Standard & Poor’s cut Finland’s credit rating from AAA to AA+, amid concerns of the country’s pace of economic growth.
Finland was one of the few eurozone nations to have a complete set of top credit ratings. However, the country has not recovered back to its 2008 economic output levels, mainly due to poor exports and the nation’s phone and paper industries not performing that well.
The S&P downgrade only leaves the two euro states of Germany and Luxembourg with a complete set of top grade ratings from the three major rating agencies.
According to a report by the S&P, the “downgrade reflects our view of the risk that the Finnish economy could experience protracted stagnation because of its aging population and shrinking workforce, weakening external demand, loss of global market share… and relatively rigid labour market.”
Adding that “Finnish exports have underperformed world trade since 2008, which we interpret as a sign of lower competitiveness, rendering an export-driven recovery unlikely.”
The Finnish company Nokia, which was once the global market leader in cellular devices, has performed poorly because of increasing competition from Apple and Google. In April the company sold its entire phones business division to Microsoft in April.
In addition, the recent shift from print to online has decreased the European demand for paper, affecting firms such as UPM-Kymmene and Stora Enso.
The two other major credit agencies, Fitch and Moody’s, still give Finland an AAA rating.
However, the downgrade may affect Finish borrowing costs by approximately 20-30 million euros ($25 million-$38 million).

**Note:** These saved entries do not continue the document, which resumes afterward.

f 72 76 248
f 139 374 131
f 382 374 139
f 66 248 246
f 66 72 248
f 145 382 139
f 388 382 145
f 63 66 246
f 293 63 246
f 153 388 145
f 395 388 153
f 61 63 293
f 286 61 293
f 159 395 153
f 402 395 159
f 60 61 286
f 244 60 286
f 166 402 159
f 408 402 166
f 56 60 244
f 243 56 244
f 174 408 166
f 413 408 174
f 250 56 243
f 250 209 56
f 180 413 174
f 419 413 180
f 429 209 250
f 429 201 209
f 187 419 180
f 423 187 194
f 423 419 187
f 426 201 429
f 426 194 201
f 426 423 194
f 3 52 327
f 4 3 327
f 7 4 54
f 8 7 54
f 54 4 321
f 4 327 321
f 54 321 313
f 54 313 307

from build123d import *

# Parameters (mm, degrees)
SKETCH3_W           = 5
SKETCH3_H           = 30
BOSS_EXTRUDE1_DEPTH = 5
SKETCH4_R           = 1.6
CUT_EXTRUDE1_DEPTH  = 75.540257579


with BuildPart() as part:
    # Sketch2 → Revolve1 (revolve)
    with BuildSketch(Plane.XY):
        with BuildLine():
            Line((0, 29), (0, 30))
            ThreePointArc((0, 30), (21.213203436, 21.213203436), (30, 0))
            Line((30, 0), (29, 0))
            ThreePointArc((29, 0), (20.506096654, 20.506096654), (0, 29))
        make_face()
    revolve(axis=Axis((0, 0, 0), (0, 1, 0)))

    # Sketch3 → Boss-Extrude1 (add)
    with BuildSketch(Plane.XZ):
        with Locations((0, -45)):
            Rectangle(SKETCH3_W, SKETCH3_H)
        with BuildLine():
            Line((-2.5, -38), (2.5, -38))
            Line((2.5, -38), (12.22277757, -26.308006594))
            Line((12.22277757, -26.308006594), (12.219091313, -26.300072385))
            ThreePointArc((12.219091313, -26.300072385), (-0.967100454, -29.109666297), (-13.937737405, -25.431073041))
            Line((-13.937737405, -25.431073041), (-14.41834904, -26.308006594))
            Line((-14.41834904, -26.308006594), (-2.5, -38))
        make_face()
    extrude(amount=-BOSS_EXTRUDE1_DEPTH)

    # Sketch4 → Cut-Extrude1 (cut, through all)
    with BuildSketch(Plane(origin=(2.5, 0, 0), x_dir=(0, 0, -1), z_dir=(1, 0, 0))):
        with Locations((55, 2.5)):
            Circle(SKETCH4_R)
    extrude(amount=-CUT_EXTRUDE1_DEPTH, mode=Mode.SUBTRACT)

In the big picture this expense is small compared to the country’s government debt set to reach 100 billion euros in 2015. However it will send a message to the government which has been trying to protect its credit ratings for years through austerity measures.

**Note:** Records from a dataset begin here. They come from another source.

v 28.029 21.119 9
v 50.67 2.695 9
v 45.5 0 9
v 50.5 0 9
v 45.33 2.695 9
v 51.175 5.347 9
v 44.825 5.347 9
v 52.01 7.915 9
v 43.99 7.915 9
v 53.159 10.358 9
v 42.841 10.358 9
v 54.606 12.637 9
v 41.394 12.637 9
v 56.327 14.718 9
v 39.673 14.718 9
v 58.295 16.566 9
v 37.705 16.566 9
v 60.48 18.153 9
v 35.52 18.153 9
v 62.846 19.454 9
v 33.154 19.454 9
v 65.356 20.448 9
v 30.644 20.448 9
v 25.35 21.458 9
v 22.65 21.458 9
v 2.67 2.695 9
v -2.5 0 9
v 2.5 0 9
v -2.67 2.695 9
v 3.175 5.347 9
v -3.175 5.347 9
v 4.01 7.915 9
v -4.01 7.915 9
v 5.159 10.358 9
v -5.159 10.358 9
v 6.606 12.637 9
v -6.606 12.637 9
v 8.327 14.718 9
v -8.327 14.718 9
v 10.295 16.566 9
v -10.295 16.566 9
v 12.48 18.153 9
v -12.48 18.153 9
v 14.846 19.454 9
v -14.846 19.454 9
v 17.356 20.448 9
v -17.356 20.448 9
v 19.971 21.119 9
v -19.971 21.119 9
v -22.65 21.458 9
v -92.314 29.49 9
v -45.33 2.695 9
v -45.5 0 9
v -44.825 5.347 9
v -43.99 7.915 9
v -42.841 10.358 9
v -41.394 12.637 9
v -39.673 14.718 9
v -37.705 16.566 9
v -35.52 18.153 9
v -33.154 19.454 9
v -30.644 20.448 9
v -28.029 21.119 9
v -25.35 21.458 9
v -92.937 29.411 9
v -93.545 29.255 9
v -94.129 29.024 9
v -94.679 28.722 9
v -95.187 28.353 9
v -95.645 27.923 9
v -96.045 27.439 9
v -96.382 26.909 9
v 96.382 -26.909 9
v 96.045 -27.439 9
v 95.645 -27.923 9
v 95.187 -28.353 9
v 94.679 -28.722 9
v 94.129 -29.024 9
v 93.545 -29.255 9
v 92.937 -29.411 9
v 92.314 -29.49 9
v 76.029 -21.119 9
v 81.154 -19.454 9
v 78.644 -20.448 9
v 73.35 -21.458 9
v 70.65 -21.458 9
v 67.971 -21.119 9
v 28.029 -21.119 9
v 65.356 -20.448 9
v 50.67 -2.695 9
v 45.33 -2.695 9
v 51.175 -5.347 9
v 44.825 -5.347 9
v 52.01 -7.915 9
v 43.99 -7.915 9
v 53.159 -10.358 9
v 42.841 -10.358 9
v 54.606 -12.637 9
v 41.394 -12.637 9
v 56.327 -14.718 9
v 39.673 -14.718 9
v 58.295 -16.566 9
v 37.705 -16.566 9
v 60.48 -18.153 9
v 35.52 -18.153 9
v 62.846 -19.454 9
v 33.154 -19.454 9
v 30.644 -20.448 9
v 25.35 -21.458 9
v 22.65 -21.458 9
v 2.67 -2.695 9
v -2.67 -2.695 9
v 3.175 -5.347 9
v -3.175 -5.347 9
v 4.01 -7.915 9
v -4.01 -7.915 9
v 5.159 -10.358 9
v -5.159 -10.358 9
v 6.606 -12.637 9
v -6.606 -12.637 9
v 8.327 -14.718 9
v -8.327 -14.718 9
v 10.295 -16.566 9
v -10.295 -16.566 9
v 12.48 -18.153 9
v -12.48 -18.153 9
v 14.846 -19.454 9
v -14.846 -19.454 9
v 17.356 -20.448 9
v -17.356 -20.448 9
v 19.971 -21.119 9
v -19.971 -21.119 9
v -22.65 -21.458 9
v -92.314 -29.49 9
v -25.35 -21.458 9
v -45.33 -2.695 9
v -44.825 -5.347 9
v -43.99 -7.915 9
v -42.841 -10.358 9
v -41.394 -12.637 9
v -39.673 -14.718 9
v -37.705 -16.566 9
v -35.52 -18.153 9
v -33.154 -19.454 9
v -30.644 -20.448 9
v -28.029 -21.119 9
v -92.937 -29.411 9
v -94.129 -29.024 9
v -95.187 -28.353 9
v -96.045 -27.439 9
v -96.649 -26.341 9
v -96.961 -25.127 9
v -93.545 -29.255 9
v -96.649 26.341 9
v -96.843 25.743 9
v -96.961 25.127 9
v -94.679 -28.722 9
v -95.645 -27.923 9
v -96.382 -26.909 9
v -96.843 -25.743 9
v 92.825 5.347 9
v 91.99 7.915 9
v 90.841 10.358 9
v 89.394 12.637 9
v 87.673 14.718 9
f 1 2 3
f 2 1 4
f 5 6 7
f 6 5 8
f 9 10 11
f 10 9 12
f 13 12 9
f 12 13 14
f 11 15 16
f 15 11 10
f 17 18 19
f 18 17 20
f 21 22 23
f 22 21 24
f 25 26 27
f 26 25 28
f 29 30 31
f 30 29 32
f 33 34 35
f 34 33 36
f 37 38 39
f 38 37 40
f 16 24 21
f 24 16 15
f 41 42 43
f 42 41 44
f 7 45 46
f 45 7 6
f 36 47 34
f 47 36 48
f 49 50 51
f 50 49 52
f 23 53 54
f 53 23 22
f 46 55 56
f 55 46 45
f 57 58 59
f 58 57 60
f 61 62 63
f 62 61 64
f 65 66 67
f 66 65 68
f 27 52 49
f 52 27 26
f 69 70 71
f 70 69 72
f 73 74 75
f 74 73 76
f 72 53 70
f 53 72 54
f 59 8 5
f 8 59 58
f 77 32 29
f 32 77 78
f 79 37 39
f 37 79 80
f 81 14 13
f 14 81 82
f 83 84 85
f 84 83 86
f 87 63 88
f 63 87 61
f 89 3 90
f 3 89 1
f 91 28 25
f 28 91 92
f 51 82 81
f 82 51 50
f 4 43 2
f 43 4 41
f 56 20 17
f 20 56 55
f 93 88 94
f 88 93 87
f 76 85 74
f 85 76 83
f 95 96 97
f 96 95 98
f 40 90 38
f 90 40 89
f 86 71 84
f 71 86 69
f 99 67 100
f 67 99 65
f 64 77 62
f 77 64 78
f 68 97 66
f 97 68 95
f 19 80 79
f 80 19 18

On Monday Finnish government bond yields will likely increase by quite a bit because of the higher risk of now holding the bonds.
Antti Rinne, the Finnish Finance Minister, said that the rating cut does not mean that the country will be reviewing its fiscal policy.
“Our growth outlook has deteriorated, the reasons are known and we have already taken measures to address them,”
S&P, along with other major forecasters, predict that the GDP of Finland will shrink for the third consecutive year in 2014 and only show slight recovery in 2015.